22. Кончину Августа он держал в тайне до тех пор, пока не был умерщвлен молодой Агриппа. Его убил приставленный к нему для охраны войсковой трибун, получив об этом письменный приказ. Неизвестно было, оставил ли этот приказ умирающий Август, чтобы после его смерти не было повода для смуты, или его от имени Августа продиктовала Ливия, с ведома или без ведома Тиберия. Сам Тиберий, когда трибун доложил ему, что приказ исполнен, заявил, что такого приказа он не давал, и что тот должен держать ответ перед сенатом. Конечно, он просто хотел избежать на первое время общей ненависти, а вскоре дело было замято и забыто.
23. В силу своей трибунской власти он созвал сенат и обратился было к нему с речью, но, словно не в силах превозмочь горе, воскликнул с рыданием, что лучше бы ему не только голоса, а и жизни лишиться., и передал речь для прочтения сыну своему Друзу. Затем внесли завещание Августа; из скрепивших его свидетелей он допустил в курию только лиц сенаторского сословия, остальные должны были засвидетельствовать свои печати перед входом. Оглашенное вольноотпущенником, завещание начиналось такими словами: «Так как жестокая судьба лишила меня моих сыновей Гая и Луция, пусть моим наследником в размере двух третей будет Тиберий Цезарь». Этим еще более укрепилось подозрение в тех, кто думал, что Тиберия он признал своим наследником скорее по необходимости, чем по доброй воле, коль скоро он не удержался от такого вступления.

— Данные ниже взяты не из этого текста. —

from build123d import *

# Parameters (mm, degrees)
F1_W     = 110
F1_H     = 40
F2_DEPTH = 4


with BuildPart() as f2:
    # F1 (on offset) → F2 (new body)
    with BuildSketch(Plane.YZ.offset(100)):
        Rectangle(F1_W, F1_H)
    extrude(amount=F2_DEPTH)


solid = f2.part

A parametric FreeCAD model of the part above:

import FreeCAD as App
import Part
import Sketcher
from FreeCAD import Vector


def add_polygon(sketch, points):
    """Adds a closed chain of lines whose ends are joined by coincident constraints."""
    first, n = sketch.GeometryCount, len(points)
    for a, b in zip(points, points[1:] + points[:1]):
        sketch.addGeometry(Part.LineSegment(App.Vector(*a, 0), App.Vector(*b, 0)), False)
    for i in range(n):
        sketch.addConstraint(Sketcher.Constraint("Coincident", first + i, 2, first + (i + 1) % n, 1))

doc = App.newDocument("Part")
body = doc.addObject("PartDesign::Body", "Body")

# Sketch on YZ plane
sketch1 = body.newObject("Sketcher::SketchObject", "Sketch")
sketch1.AttachmentSupport = (doc.getObject("YZ_Plane"), [""])
sketch1.MapMode = "FlatFace"
sketch1.AttachmentOffset = App.Placement(Vector(0, 0, 100), App.Rotation())
add_polygon(sketch1, [(-55, 20), (-55, -20), (55, -20), (55, 20)])  # lines 0-3
sketch1.addConstraint([
    Sketcher.Constraint("Vertical", 0),
    Sketcher.Constraint("Horizontal", 1),
    Sketcher.Constraint("Vertical", 2),
    Sketcher.Constraint("Horizontal", 3),
    Sketcher.Constraint("Symmetric", 0, 2, 2, 2, -1, 1),
    Sketcher.Constraint("DistanceX", 1, 1, 1, 2, 110.0),
    Sketcher.Constraint("DistanceY", 0, 2, 0, 1, 40.0),
])
pad1 = body.newObject("PartDesign::Pad", "Pad")
pad1.Profile = sketch1
pad1.Length = 4

doc.recompute()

24. Хотя верховную власть[56] он без колебания решился тотчас и принять и применять, хотя он уже окружил себя вооруженной стражей, залогом и знаком господства, однако на словах он долго отказывался от власти, разыгрывая самую бесстыдную комедию: то он с упреком говорил умоляющим друзьям, что они и не знают, какое это чудовище – власть, то он двусмысленными ответами и хитрой нерешительностью держал в напряженном неведении сенат, подступавший к нему с коленопреклоненными просьбами. Некоторые даже потеряли терпение: кто-то среди общего шума воскликнул: «Пусть он правит или пусть он уходит!»; кто-то в лицо ему заявил, что иные медлят делать то, что обещали, а он медлит обещать то, что уже делает. (2) Наконец, словно против воли, с горькими жалобами на тягостное рабство, возлагаемое им на себя, он принял власть. Но и тут он постарался внушить надежду, что когда-нибудь ее сложит, – вот его слова: «…до тех пор, пока вам не покажется, что пришло время дать отдых и моей старости».
25. Причиной его колебаний был страх перед опасностями, угрожавшими ему со всех сторон: «я держу волка за уши»[57], – говорил он не раз. В самом деле: и Клемент, раб Агриппы, уже собрал немалый отряд, чтобы мстить за хозяина, и Луций Скрибоний Либон[58], человек знатного рода, тайно готовил переворот, и в войсках вспыхнули сразу два мятежа, в Иллирике и в Германии. (2) Оба войска предъявляли много чрезвычайных требований, прежде всего – уравнения в жаловании с преторианцами; а германские войска не желали даже признавать правителя, не ими поставленного, и всеми силами побуждали к захвату власти начальствовавшего над ними Германика, несмотря на его решительный отказ. Именно этой опасности больше всего боялся Тиберий, когда просил сенат назначить ему одну какую-нибудь область управления[59], потому что всем государством один человек управлять не в силах, кроме как с товарищем или даже с товарищами. (3) Он даже притворился нездоровым, чтобы Германик спокойнее дожидался скорого наследства или, во всяком случае, участия в правлении. Подавив мятежи, он захватил в плени Клемента[60], обманув его хитростью. А Либона, не желая слишком сурово начинать свое правление, он привлек к ответу перед сенатом только через год. До этого он довольствовался лишь мерами осторожности: так, когда Либон в числе других понтификов приносил жертвы, он велел вместо жреческого ножа[61] подать ему свинцовый, а когда тот попросил у него тайного разговора, он согласился поговорить с ним на прогулке только в присутствии своего сына Друза и, прохаживаясь, все время сжимал ему правую руку, как бы опираясь на нее.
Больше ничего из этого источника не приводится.